Duncan Mackay explains how the dash for cash is manipulated by the world’s top athletes
A FUNNY thing happened to Moses Kiptanui on his way to winning a third 3 000m steeplechase title in Gothenburg recently. He suddenly slowed down when he realised he might break the world record. “I want to save that for Zurich,” the Kenyan admitted.
There Kiptanui converted his gold medal into the real thing. One of his prizes for his epoch-making performance of 7:59.18 — the first man under eight minutes — was a 1,2kg bar of gold. In addition to his $7 000 prize money, he received a cash bonus of $50 000, another $50 000 just for turning up and bonuses worth $25 000 from his kit sponsors, Reebok,
Kiptanui is also in line to pick up one of the 20 bars of gold available for athletes who win their specialities at each of the “Golden Four” meetings — Oslo, Zurich, Berlin and Brussels. Having won in Oslo, Linford Christie can also take home one of the gold bars after his miraculous comeback in Zurich.
The Golden Four meetings, bankrolled by sponsorship and TV, are virtually the athletics equivalent of the grand slam in tennis, with the $5-million Zurich event track’s Wimbledon — “the Olympics in two hours”.
The London Grand Prix, promoted by the British Athletic Federation on a budget of $800 000, is more like Eastbourne in comparison.
With such big money on the line, who’s to blame Kiptanui and Ethiopia’s Haile Gebresilasie for conserving energy for Zurich? After winning the 10 000m in Gothenburg, Gebresilasie missed the rest of the championship to save himself. There he produced one of the great performances of all time, taking nearly 11 seconds off the 5 000m record and setting new figures of 12: 44.39 to earn the same as Kiptanui.
Athletes usually have a very short period in their lives when they are fit and strong enough to break world records.
Unless they are Sergey Bubka, of course. The Ukrainian pole vaulter has redefined the art of cashing in by being able to raise his world best a centimetre at a time — a luxury denied to other record-breakers such as Britain’s Jonathan Edwards. Bubka, who earns $80 000 in bonuses every time he breaks the world record, has achieved the feat 35 times.
Yet, despite the fact that the sport’s top performers are millionaires, the International Amateur Athletic Federation are no closer to dropping “amateur” from their title than they were in 1912, the last time the world’s best athletes assembled in Sweden for a major event, the Olympic Games.
The Games are remembered for the legendary American Jim Thorpe, who won gold medals for pentathlon and decathlon but was later ordered to return them to the International Olympic Committee after it was discovered he had played baseball for $25 per week. Thorpe thus became the most celebrated victim of the injustice of the brand of amateurism espoused by men like wealthy American industrialist Avery Brundage, president of the IOC from 1952-72. He described the Olympics as “a revolt against 20th century materialism — a devotion to the cause and not the reward”.

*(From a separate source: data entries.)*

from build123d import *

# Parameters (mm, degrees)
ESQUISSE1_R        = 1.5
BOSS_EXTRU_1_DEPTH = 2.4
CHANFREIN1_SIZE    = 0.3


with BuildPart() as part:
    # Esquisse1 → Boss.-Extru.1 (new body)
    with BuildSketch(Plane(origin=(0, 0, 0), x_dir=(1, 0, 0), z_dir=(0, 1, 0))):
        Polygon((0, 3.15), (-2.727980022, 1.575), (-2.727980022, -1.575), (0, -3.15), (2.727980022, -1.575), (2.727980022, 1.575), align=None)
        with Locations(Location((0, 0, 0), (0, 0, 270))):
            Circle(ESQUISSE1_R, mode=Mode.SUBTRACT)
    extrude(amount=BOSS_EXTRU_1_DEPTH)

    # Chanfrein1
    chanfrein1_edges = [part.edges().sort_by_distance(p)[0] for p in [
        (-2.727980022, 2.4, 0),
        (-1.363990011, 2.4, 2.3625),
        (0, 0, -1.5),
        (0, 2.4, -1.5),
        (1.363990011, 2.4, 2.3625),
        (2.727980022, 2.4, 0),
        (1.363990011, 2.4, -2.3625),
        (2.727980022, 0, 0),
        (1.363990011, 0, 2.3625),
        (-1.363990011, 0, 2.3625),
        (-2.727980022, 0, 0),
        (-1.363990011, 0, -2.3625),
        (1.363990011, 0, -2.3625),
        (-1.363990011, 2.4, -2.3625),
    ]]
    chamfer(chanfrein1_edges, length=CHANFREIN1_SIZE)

The IAAF, one of sport’s richest organisations, pull in around $70-million annually. Yet until now they have refused to bow to the demands of athletes and offer prize money to their world champions, preferring instead to award Mercedes cars they have bought at cost from the manufacturers. But as Linford Christie said when he was given his in Stuttgart two years ago: “I’ve already got one of these at home — and it’s bigger than the one they’re giving me here.”

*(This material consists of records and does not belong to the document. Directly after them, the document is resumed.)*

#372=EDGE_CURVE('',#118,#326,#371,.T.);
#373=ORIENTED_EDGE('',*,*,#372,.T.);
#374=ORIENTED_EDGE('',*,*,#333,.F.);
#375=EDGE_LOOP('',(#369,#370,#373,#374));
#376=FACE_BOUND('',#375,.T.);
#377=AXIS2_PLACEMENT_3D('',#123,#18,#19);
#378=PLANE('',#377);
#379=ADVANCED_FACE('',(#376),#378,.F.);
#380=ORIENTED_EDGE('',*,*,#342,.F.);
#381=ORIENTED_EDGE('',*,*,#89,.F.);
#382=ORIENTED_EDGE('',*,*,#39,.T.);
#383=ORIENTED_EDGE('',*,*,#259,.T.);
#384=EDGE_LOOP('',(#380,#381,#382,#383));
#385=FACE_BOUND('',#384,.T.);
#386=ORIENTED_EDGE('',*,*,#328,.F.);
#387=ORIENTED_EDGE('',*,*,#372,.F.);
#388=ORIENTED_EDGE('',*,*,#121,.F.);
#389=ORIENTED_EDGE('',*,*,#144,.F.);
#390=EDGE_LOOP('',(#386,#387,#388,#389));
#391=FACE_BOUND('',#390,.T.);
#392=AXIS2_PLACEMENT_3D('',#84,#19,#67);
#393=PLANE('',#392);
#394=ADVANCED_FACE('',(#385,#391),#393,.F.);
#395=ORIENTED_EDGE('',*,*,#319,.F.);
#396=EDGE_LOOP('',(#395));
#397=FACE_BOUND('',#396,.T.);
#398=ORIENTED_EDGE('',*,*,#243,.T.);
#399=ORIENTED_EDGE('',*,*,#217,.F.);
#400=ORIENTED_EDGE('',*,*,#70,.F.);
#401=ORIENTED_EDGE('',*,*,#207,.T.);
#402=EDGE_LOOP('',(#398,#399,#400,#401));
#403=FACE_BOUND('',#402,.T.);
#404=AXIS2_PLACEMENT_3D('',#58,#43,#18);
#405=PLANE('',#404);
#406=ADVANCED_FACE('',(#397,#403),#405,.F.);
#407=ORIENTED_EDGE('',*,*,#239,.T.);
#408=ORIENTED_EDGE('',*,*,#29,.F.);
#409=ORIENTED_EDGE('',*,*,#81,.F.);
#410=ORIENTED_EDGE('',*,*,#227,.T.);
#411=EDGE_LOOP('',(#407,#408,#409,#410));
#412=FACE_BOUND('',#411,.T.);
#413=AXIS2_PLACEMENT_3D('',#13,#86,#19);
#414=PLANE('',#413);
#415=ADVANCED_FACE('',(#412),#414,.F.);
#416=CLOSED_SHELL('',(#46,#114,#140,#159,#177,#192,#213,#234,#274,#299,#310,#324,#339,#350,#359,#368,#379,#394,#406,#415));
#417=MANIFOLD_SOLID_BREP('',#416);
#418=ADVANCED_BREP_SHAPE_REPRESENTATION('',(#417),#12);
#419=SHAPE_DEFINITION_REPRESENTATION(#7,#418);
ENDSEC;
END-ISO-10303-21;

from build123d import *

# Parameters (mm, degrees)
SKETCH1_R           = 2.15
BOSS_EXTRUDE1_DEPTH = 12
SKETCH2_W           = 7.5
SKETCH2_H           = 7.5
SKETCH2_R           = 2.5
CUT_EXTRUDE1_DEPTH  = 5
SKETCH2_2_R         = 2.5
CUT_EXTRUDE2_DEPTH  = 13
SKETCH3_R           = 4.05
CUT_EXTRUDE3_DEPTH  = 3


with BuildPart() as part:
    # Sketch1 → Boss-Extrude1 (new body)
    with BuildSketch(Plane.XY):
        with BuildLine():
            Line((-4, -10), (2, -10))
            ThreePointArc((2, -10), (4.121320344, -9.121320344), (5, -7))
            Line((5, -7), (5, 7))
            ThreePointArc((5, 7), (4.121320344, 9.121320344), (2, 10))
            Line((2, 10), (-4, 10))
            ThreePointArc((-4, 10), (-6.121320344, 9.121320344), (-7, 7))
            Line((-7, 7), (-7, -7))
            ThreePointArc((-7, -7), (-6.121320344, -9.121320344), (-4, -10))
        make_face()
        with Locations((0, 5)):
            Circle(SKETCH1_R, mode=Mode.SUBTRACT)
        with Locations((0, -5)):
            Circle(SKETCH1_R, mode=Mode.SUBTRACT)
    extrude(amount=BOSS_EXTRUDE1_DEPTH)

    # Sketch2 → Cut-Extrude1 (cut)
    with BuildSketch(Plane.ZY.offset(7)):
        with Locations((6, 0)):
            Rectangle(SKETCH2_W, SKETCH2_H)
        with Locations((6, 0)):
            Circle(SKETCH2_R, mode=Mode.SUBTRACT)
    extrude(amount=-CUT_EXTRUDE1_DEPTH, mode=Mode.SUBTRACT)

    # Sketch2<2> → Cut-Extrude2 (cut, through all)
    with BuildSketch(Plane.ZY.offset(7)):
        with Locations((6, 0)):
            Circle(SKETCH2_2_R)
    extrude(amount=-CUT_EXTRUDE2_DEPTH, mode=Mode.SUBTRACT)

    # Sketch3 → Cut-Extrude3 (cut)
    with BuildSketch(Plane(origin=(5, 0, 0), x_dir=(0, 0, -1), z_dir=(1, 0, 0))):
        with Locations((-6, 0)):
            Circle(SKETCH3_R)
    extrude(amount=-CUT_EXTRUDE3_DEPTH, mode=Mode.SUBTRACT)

Gebresilasie would have valued cash more than the Mercedes he won in Gothenburg. He also won one in Stuttgart, but has never had time to learn to drive and for two years it has been sitting on the dealers’ forecourt in Addis Ababa. “I go and sit in it, switch on the radio and pretend I’m driving,” the Ethiopian said. What will he do with this latest one? “Park it next to my other one.”
For several years, the International Association of Athlete Representatives have been pressing the IAAF to offer more than $11-million in prize money — as well as medals — at the world championships. They want $100 000 for first place scaled down to $5 000 for eighth. A world record would be rewarded with $100 000. Instead, the IAAF has increased significantly the prize money available in the Mobil Grand Prix.
Since 1993, they have totalled $2.3-million for the 17 meetings (mostly for the final, this year to be held in Monte Carlo), with $100 000 for the overall best male and female athlete and $30 000 for each individual
But it seems the IAAF president, Primo Nebiolo, not insensitive to the demands of the elite, now realises that this is no longer enough. If the world championships are to retain their status he must ignore the 99 percent of competitors who remain true to the Corinthian ethos preached by Brundage. So $6-million in prize money will almost certainly be available at the 1997 Athens championships.
As Leroy Burrell, the world 100m record-holder, once told The Wall Street Journal: “We aren’t in this sport because we like it, or we want to earn our way through school. We’re in it to make money.”